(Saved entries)

:::

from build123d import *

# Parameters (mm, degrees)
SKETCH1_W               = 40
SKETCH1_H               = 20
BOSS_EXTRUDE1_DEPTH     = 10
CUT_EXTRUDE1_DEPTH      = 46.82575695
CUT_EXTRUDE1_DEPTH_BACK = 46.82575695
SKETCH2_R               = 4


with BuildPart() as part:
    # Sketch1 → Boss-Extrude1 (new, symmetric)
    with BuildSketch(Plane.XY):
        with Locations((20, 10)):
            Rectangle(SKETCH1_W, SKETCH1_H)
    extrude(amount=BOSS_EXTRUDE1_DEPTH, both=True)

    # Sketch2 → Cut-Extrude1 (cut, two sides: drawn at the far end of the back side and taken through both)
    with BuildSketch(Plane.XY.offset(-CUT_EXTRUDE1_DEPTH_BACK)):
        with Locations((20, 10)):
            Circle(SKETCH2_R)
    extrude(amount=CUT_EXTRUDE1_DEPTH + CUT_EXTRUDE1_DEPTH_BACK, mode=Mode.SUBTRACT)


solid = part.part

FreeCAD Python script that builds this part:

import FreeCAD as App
import Part
import Sketcher
from FreeCAD import Vector
Q = App.Units.Quantity

doc = App.newDocument("Part")
params = doc.addObject("Spreadsheet::Sheet", "Params")
for row, (alias, value) in enumerate([
    ("sketch1_width", "40 mm"),
    ("sketch1_height", "20 mm"),
    ("pad1_length", "20 mm"),
    ("sketch2_diameter", "8 mm"),
], start=1):
    params.set(f"A{row}", alias)
    params.set(f"B{row}", "=" + value)
    params.setAlias(f"B{row}", alias)

body = doc.addObject("PartDesign::Body", "Body")

# Sketch on XY plane
sketch1 = body.newObject("Sketcher::SketchObject", "Sketch")
sketch1.AttachmentSupport = (doc.getObject("XY_Plane"), [""])
sketch1.MapMode = "FlatFace"
sketch1.addGeometry([
    Part.LineSegment(Vector(0, 20, 0), Vector(0, 0, 0)),
    Part.LineSegment(Vector(0, 0, 0), Vector(40, 0, 0)),
    Part.LineSegment(Vector(40, 0, 0), Vector(40, 20, 0)),
    Part.LineSegment(Vector(40, 20, 0), Vector(0, 20, 0)),
], False)
sketch1.addConstraint([
    Sketcher.Constraint("Coincident", 0, 2, 1, 1),
    Sketcher.Constraint("Coincident", 1, 2, 2, 1),
    Sketcher.Constraint("Coincident", 2, 2, 3, 1),
    Sketcher.Constraint("Coincident", 3, 2, 0, 1),
    Sketcher.Constraint("Vertical", 0),
    Sketcher.Constraint("Horizontal", 1),
    Sketcher.Constraint("Vertical", 2),
    Sketcher.Constraint("Horizontal", 3),
    Sketcher.Constraint("Coincident", 0, 2, -1, 1),
    Sketcher.Constraint("DistanceX", 1, 1, 1, 2, Q("40 mm")),
    Sketcher.Constraint("DistanceY", 0, 2, 0, 1, Q("20 mm")),
])
sketch1.setExpression("Constraints[9]", "Params.sketch1_width")
sketch1.setExpression("Constraints[10]", "Params.sketch1_height")
pad1 = body.newObject("PartDesign::Pad", "Pad")
pad1.Profile = sketch1
pad1.setExpression("Length", "Params.pad1_length")
pad1.Midplane = True

# Sketch on XY plane
sketch2 = body.newObject("Sketcher::SketchObject", "Sketch001")
sketch2.AttachmentSupport = (doc.getObject("XY_Plane"), [""])
sketch2.MapMode = "FlatFace"
sketch2.addGeometry(Part.Circle(Vector(20, 10, 0), Vector(0, 0, 1), 4), False)
sketch2.addConstraint([
    Sketcher.Constraint("Diameter", 0, Q("8 mm")),
    Sketcher.Constraint("DistanceX", -1, 1, 0, 3, Q("20 mm")),
    Sketcher.Constraint("DistanceY", -1, 1, 0, 3, Q("10 mm")),
])
sketch2.setExpression("Constraints[0]", "Params.sketch2_diameter")
pocket1 = body.newObject("PartDesign::Pocket", "Pocket")
pocket1.Profile = sketch2
pocket1.Type = "ThroughAll"
pocket1.Midplane = True

doc.recompute()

:::

- _WHAT YOU WILL DO_:
Copy out each line of the data exactly.

- _RESULT OF THE EXERCISE_:
from build123d import *

# Parameters (mm, degrees)
SKETCH1_W               = 40
SKETCH1_H               = 20
BOSS_EXTRUDE1_DEPTH     = 10
CUT_EXTRUDE1_DEPTH      = 46.82575695
CUT_EXTRUDE1_DEPTH_BACK = 46.82575695
SKETCH2_R               = 4


with BuildPart() as part:
    # Sketch1 → Boss-Extrude1 (new, symmetric)
    with BuildSketch(Plane.XY):
        with Locations((20, 10)):
            Rectangle(SKETCH1_W, SKETCH1_H)
    extrude(amount=BOSS_EXTRUDE1_DEPTH, both=True)

    # Sketch2 → Cut-Extrude1 (cut, two sides: drawn at the far end of the back side and taken through both)
    with BuildSketch(Plane.XY.offset(-CUT_EXTRUDE1_DEPTH_BACK)):
        with Locations((20, 10)):
            Circle(SKETCH2_R)
    extrude(amount=CUT_EXTRUDE1_DEPTH + CUT_EXTRUDE1_DEPTH_BACK, mode=Mode.SUBTRACT)


solid = part.part

FreeCAD Python script that builds this part:

import FreeCAD as App
import Part
import Sketcher
from FreeCAD import Vector
Q = App.Units.Quantity

doc = App.newDocument("Part")
params = doc.addObject("Spreadsheet::Sheet", "Params")
for row, (alias, value) in enumerate([
    ("sketch1_width", "40 mm"),
    ("sketch1_height", "20 mm"),
    ("pad1_length", "20 mm"),
    ("sketch2_diameter", "8 mm"),
], start=1):
    params.set(f"A{row}", alias)
    params.set(f"B{row}", "=" + value)
    params.setAlias(f"B{row}", alias)

body = doc.addObject("PartDesign::Body", "Body")

# Sketch on XY plane
sketch1 = body.newObject("Sketcher::SketchObject", "Sketch")
sketch1.AttachmentSupport = (doc.getObject("XY_Plane"), [""])
sketch1.MapMode = "FlatFace"
sketch1.addGeometry([
    Part.LineSegment(Vector(0, 20, 0), Vector(0, 0, 0)),
    Part.LineSegment(Vector(0, 0, 0), Vector(40, 0, 0)),
    Part.LineSegment(Vector(40, 0, 0), Vector(40, 20, 0)),
    Part.LineSegment(Vector(40, 20, 0), Vector(0, 20, 0)),
], False)
sketch1.addConstraint([
    Sketcher.Constraint("Coincident", 0, 2, 1, 1),
    Sketcher.Constraint("Coincident", 1, 2, 2, 1),
    Sketcher.Constraint("Coincident", 2, 2, 3, 1),
    Sketcher.Constraint("Coincident", 3, 2, 0, 1),
    Sketcher.Constraint("Vertical", 0),
    Sketcher.Constraint("Horizontal", 1),
    Sketcher.Constraint("Vertical", 2),
    Sketcher.Constraint("Horizontal", 3),
    Sketcher.Constraint("Coincident", 0, 2, -1, 1),
    Sketcher.Constraint("DistanceX", 1, 1, 1, 2, Q("40 mm")),
    Sketcher.Constraint("DistanceY", 0, 2, 0, 1, Q("20 mm")),
])
sketch1.setExpression("Constraints[9]", "Params.sketch1_width")
sketch1.setExpression("Constraints[10]", "Params.sketch1_height")
pad1 = body.newObject("PartDesign::Pad", "Pad")
pad1.Profile = sketch1
pad1.setExpression("Length", "Params.pad1_length")
pad1.Midplane = True

# Sketch on XY plane
sketch2 = body.newObject("Sketcher::SketchObject", "Sketch001")
sketch2.AttachmentSupport = (doc.getObject("XY_Plane"), [""])
sketch2.MapMode = "FlatFace"
sketch2.addGeometry(Part.Circle(Vector(20, 10, 0), Vector(0, 0, 1), 4), False)
sketch2.addConstraint([
    Sketcher.Constraint("Diameter", 0, Q("8 mm")),
    Sketcher.Constraint("DistanceX", -1, 1, 0, 3, Q("20 mm")),
    Sketcher.Constraint("DistanceY", -1, 1, 0, 3, Q("10 mm")),
])
sketch2.setExpression("Constraints[0]", "Params.sketch2_diameter")
pocket1 = body.newObject("PartDesign::Pocket", "Pocket")
pocket1.Profile = sketch2
pocket1.Type = "ThroughAll"
pocket1.Midplane = True

doc.recompute()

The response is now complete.